The Blog

Review: Lion


Garth Davis' Lion is based on the incredible true story of Australian businessman Saroo Brierley. It is an amazing film. At its heart, it is the story of a lost child's search for his home and family. Set mostly in India and partly in Australia, it has striking similarities to the fictional Bollywood movie Bajrangi Bhaijaan (2015).

Sunny Pawar is brilliant as the young Saroo. He stars in the funniest moment of the whole film as, when asked what his mother's name is, he responds "mother!"

British actor Dev Patel, who plays the adult Saroo, has, much like his character, come a long way since his first role on Channel 4's teen drama Skins. These days, long time fans would hardly recognise him- but his abilities as an actor are as clear as ever.

Sue Brierley (Nicole Kidman) and her husband John (David Wenham) adopt the young Saroo from an orphanage in Calcutta. He grows up in Tasmania, Australia, with them and his brother, Mantosh, also adopted from India.

Twenty years later, as an adult, Saroo suddenly remembers the true story of his life. What follows is a search for his home and birth family that, eventually, takes over his present life. He carries out this search using Google Earth. I saw this as proof of something I have always believed - that the Internet, used in the right way, is an extremely positive tool.

Saroo's search for his birth mother is eventually successful. She is, naturally, thrilled to see him, but for me, that was not the most moving moment of the movie. The most moving moment of the movie, for me, was when Saroo phones the Brierleys from India and says "She understands that you are my family. Even though I've found her, that doesn't change who you are." I think this moment can provide hope to anyone who has an adopted child, or anyone who may be considering adopting a child, about how that child may see them as an adult.

In parts, Lion moved me to tears. I could not recommend it highly enough. However, there was one aspect of the film that disappointed me, personally, as a disabled person. That was that I realised almost immediately that Saroo Brierley's adopted brother, Mantosh Brierley, has autism. However, his disability is never revealed clearly in the film. Viewers see him having two meltdowns, one in his early childhood, soon after he arrives in Australia, and another during a family dinner when the brothers are young adults. I was disappointed that Mantosh's autism is never revealed clearly, meaning that viewers who do not know, as I do, how to recognise an autistic meltdown, will never pick up on this significant detail.

What is revealed is that Mantosh, as an adult, stays away from the family and from family events. At one point Saroo asks him not to make Sue "any more unhappy than you already do." He responds "Why do you think I stay away?" To me, this seems like an unrealistic portrayal of autism, as I did not know that people with autism are able to understand when they are making other people unhappy.
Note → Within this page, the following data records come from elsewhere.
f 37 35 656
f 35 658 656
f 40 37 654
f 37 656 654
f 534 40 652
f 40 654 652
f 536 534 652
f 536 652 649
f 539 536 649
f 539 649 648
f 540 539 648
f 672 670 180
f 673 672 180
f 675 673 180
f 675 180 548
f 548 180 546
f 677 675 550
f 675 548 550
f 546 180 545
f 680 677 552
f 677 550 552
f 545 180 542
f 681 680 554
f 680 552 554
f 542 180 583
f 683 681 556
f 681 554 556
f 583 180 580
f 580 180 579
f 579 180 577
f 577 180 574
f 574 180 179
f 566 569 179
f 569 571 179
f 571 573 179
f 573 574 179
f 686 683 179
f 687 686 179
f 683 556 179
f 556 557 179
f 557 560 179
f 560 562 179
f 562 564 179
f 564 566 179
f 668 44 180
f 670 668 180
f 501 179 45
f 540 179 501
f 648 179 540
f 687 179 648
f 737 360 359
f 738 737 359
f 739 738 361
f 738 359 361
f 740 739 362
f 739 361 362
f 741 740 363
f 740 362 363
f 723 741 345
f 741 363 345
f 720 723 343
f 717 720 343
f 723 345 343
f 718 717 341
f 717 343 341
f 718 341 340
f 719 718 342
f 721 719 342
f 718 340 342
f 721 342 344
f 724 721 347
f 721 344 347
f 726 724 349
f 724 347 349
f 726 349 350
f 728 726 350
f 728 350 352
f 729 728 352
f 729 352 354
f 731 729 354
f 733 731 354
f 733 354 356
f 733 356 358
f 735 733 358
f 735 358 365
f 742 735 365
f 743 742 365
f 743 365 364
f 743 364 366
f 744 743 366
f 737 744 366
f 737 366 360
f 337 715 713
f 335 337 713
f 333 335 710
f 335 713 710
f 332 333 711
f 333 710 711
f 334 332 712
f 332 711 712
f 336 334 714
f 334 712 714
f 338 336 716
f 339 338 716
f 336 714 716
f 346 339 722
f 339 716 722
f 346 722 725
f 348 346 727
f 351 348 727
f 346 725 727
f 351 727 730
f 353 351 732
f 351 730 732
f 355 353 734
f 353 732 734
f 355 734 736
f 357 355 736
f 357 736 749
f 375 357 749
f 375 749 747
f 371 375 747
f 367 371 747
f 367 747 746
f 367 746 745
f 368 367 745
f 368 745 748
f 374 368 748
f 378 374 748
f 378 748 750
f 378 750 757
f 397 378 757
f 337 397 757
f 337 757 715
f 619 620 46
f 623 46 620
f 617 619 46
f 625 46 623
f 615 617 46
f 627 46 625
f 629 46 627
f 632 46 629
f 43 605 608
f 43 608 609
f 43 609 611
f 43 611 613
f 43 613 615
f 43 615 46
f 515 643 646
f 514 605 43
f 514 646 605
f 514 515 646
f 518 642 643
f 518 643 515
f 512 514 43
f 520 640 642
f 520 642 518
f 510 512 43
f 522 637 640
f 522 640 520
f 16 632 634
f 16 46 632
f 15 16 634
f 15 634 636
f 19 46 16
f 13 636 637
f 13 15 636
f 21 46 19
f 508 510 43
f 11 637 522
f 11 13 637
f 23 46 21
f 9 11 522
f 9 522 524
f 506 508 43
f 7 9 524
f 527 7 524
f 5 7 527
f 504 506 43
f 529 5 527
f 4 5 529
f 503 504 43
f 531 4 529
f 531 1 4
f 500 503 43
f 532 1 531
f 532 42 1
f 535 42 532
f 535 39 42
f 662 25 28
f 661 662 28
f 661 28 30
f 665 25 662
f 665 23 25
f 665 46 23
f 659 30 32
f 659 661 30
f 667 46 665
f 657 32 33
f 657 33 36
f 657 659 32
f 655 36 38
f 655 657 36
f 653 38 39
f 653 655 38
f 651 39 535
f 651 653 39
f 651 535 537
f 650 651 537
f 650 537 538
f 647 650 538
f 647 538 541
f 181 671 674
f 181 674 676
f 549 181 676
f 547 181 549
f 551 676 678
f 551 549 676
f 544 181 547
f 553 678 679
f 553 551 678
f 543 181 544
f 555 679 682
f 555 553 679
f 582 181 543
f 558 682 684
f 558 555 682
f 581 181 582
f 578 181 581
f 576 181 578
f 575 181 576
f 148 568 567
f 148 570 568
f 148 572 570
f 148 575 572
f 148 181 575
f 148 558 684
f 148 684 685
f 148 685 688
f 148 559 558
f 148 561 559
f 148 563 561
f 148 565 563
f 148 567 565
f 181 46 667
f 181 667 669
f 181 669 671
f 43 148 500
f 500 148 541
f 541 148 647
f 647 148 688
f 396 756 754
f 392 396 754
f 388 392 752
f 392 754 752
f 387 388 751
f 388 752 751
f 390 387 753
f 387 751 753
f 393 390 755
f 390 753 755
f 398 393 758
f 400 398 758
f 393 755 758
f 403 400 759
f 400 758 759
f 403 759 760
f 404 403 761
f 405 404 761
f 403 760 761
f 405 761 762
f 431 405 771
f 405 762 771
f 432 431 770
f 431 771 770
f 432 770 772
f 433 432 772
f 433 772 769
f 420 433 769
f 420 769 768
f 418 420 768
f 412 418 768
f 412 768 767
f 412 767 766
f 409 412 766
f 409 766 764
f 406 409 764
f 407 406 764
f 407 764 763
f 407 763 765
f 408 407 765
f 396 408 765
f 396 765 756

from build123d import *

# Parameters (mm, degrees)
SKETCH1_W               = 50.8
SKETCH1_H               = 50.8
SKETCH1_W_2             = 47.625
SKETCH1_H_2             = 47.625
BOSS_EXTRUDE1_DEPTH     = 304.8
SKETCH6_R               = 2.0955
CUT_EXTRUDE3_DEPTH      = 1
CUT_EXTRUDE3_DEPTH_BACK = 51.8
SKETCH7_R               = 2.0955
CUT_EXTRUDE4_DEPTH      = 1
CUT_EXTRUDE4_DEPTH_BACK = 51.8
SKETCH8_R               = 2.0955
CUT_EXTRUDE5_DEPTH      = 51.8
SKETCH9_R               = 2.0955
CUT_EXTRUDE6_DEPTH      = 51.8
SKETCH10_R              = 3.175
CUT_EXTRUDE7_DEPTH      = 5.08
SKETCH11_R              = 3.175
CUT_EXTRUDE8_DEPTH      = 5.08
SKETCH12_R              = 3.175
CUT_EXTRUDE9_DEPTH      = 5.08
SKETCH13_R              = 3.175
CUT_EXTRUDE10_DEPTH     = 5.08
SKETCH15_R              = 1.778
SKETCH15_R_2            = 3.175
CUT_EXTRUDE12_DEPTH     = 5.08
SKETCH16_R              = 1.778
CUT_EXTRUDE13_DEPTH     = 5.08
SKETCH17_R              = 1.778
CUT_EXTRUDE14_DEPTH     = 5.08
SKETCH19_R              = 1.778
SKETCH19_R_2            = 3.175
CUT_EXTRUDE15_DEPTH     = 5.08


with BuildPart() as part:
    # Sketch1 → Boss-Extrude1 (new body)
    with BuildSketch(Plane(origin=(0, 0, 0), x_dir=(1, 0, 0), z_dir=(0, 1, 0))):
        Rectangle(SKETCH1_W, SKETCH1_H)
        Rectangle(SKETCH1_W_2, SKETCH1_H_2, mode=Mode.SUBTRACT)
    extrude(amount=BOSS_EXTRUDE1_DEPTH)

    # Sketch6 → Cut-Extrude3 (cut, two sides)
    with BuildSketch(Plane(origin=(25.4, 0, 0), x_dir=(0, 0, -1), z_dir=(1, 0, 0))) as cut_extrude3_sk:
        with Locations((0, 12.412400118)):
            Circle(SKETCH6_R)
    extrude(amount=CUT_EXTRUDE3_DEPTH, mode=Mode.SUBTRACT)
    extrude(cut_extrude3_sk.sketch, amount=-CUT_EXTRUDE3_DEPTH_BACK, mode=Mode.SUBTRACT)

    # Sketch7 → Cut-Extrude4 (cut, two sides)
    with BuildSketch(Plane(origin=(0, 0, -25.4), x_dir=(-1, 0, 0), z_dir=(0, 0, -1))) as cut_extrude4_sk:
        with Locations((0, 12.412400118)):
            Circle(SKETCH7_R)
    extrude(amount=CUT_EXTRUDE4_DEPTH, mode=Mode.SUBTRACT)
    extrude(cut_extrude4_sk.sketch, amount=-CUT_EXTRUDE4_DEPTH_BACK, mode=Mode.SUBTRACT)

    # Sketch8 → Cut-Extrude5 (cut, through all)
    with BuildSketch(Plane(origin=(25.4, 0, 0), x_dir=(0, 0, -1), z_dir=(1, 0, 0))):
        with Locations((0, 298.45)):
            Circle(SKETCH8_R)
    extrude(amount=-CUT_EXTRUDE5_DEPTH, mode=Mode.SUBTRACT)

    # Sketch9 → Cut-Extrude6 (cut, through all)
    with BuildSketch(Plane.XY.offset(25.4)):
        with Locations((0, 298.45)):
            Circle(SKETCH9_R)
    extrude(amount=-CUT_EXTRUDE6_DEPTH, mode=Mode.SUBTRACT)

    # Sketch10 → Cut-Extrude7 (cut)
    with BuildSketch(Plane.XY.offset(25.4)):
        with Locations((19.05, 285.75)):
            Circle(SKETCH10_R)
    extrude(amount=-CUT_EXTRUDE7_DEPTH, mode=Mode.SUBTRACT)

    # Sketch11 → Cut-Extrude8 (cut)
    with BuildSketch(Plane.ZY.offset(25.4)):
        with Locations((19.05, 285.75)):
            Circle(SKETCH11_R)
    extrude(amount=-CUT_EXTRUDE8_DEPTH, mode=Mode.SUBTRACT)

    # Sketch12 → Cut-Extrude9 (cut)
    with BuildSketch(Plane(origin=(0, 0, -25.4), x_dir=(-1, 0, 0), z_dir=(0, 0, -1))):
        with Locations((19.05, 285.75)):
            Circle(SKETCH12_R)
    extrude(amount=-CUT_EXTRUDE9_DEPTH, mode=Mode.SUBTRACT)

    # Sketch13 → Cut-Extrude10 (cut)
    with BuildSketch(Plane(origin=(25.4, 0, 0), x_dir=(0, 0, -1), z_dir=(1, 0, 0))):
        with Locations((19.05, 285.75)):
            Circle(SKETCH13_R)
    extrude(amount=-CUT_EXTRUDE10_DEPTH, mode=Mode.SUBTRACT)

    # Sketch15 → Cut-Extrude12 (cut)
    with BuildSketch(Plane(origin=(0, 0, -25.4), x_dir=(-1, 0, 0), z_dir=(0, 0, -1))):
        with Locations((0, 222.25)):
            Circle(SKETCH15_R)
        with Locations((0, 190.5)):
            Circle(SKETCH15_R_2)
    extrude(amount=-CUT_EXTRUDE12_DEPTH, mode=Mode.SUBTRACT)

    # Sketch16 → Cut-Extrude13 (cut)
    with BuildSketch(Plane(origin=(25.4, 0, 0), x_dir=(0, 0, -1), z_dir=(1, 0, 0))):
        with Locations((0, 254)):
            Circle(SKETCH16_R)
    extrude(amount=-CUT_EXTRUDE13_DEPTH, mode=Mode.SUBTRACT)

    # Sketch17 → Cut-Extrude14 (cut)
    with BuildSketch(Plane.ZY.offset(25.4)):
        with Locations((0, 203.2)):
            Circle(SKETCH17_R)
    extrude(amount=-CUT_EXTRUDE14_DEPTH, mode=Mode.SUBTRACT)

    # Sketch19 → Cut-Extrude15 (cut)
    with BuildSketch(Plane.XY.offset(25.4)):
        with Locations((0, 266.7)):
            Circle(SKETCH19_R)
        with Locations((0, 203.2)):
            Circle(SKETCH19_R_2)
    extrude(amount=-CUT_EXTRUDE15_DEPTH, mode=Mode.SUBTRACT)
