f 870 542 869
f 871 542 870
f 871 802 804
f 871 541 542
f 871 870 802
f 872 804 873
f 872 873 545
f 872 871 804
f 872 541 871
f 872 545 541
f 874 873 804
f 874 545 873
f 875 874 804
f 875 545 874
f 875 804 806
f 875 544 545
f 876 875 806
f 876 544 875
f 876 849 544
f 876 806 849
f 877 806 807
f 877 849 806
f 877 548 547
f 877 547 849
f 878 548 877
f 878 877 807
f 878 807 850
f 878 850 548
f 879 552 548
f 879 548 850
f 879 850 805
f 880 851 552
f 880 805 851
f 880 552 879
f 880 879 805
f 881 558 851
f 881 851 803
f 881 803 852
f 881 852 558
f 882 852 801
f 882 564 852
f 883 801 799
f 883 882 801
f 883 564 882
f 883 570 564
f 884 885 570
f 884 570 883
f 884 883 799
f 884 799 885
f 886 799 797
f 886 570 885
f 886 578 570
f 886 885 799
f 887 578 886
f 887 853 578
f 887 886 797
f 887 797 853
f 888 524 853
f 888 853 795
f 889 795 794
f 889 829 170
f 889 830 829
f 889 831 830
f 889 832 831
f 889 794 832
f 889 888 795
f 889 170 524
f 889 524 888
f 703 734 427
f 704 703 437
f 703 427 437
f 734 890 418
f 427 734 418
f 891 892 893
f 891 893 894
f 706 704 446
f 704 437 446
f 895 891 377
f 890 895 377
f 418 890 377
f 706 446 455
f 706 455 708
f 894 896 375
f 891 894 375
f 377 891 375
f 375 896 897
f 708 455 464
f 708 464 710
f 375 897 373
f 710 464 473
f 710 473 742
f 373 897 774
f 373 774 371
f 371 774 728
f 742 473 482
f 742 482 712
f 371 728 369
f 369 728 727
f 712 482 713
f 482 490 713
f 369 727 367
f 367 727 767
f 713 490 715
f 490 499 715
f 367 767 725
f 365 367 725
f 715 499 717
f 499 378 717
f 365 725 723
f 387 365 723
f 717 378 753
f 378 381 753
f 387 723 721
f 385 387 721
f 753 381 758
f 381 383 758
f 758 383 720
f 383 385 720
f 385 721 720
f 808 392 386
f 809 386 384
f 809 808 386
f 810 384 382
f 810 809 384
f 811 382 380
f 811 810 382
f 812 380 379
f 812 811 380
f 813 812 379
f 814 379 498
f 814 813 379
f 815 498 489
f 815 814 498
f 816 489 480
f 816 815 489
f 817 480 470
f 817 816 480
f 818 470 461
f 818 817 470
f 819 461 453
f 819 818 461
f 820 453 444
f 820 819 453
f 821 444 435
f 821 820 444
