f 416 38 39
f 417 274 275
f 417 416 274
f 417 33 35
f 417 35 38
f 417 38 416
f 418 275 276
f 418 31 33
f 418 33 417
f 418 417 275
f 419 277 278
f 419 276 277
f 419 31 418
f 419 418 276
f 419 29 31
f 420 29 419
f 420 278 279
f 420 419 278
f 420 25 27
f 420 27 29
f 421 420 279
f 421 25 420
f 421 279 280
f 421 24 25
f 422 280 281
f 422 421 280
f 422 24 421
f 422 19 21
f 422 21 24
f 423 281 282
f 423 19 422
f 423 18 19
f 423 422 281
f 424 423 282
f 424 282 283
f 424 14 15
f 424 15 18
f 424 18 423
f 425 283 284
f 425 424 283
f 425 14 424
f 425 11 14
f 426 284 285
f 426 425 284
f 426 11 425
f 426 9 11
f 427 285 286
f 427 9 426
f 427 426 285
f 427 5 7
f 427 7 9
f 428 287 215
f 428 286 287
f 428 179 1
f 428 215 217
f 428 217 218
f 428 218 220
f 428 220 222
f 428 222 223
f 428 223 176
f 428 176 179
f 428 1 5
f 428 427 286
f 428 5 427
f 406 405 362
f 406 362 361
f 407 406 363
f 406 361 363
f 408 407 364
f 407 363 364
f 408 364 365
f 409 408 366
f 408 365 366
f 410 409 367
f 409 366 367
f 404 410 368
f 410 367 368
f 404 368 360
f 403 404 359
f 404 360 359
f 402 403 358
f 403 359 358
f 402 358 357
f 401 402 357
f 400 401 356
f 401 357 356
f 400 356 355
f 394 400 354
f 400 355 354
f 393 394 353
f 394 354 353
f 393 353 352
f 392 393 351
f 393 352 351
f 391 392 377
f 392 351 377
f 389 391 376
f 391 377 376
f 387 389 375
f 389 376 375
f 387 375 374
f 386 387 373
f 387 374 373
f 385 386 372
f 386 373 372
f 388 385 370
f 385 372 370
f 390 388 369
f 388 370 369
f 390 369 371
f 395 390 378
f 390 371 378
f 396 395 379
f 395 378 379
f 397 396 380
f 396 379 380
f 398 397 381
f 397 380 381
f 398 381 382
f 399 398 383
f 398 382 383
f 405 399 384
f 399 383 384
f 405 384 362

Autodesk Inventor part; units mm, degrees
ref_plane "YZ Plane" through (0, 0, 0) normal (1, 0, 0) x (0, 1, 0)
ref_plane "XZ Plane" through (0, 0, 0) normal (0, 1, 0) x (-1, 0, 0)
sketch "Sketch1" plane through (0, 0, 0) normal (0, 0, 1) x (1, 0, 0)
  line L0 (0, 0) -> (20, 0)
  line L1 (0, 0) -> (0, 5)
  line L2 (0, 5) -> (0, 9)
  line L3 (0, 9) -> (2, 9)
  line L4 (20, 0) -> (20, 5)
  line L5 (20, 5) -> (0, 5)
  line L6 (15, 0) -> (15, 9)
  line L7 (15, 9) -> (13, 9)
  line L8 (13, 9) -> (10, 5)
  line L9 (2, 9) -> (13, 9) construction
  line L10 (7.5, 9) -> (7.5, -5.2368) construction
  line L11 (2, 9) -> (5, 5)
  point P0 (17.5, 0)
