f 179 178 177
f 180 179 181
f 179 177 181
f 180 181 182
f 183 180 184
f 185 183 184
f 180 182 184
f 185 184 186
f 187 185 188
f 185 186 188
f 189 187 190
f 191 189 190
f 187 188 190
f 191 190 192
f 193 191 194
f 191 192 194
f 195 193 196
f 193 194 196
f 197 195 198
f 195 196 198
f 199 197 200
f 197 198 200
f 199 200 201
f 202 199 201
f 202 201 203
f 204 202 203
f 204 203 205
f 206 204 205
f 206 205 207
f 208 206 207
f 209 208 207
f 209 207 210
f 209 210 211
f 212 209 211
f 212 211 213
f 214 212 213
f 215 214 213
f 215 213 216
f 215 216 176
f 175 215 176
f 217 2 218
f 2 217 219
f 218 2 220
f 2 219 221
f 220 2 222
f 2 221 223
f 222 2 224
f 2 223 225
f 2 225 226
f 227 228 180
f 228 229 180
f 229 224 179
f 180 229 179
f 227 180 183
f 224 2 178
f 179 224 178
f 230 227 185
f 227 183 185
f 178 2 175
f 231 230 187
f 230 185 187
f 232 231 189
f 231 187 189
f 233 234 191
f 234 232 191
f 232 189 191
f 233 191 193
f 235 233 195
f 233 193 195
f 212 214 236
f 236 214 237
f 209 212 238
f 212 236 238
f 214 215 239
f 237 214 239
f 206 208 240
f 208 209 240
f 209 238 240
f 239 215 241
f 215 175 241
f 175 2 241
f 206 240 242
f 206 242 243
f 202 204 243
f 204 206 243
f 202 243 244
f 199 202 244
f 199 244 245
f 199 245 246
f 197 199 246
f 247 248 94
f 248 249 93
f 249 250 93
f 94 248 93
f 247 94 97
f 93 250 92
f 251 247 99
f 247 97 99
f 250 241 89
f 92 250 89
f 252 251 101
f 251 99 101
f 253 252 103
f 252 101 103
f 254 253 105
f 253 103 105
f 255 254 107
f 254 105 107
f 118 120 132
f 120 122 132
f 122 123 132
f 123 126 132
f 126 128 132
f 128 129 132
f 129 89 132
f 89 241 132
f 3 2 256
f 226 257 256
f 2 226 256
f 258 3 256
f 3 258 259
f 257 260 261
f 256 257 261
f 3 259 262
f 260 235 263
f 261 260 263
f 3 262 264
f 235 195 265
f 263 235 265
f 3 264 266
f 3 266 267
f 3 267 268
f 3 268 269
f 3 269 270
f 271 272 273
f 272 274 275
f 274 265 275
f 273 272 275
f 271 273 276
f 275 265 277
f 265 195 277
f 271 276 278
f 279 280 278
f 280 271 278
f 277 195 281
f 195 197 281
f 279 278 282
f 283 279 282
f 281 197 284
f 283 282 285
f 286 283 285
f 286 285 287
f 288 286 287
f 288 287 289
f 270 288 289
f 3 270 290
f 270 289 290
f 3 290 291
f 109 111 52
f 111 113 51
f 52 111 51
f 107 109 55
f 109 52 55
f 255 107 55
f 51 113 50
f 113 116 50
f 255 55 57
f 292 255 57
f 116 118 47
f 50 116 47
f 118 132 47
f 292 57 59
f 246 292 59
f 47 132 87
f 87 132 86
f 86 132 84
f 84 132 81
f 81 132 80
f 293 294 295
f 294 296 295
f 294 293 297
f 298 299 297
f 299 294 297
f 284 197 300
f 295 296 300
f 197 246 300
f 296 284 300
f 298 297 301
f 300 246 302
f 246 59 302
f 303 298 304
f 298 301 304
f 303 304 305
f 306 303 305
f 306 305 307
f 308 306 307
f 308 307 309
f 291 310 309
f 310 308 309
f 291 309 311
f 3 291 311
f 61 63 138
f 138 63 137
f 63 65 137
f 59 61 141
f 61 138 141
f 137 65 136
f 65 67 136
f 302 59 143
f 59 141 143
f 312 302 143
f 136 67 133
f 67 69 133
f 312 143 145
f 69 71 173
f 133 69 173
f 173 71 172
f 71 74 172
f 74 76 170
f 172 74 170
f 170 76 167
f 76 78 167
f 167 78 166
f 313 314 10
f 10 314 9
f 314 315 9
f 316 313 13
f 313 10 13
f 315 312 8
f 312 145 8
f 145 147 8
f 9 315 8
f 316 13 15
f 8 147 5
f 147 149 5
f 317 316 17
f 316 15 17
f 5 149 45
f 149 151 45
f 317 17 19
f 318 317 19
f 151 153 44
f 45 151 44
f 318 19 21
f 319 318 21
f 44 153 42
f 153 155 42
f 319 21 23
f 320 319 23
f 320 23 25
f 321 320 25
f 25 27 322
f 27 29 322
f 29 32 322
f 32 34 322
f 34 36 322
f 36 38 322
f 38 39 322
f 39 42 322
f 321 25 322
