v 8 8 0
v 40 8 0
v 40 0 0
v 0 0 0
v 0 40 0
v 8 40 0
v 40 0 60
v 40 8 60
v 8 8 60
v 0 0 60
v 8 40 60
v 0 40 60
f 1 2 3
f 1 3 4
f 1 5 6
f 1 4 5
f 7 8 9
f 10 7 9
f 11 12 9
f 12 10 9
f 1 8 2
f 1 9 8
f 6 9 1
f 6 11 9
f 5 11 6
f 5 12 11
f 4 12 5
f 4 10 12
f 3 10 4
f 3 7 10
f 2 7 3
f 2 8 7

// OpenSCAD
$fn = 32;

// ----------------------------------------------------------------------
// Structural section: angle 40 x 40 mm
// ----------------------------------------------------------------------

// --- parameters (mm) ---
sec_w = 40;               // leg width, X
sec_h = 40;               // leg height, Y
flange_t = 8;             // leg thickness
plate_t = 60;             // cut length, Z (extrusion height)
fit_tol = 0.1;            // declared fit tolerance (prompt contract)
free_tol = 0.5;           // declared free tolerance (prompt contract)

profile = [[0, 0], [40, 0], [40, 8], [8, 8], [8, 40], [0, 40]];  // primary outline, 6 points, counter clockwise

// --- the one profile operation ---
linear_extrude(height = plate_t) polygon(points = profile);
However, if Mantosh's level of disability had been made a little bit clearer in the film, I may have been able to understand this scene more clearly.

I can't help wondering if Mantosh's disability is explored more in Saroo's book A Long Way Home, on which Lion is based. I look forward to reading the book to find out more about the whole Brierley family. Disability representation aside, if this particular book is even half as good as the movie it was made into, I won't regret reading it.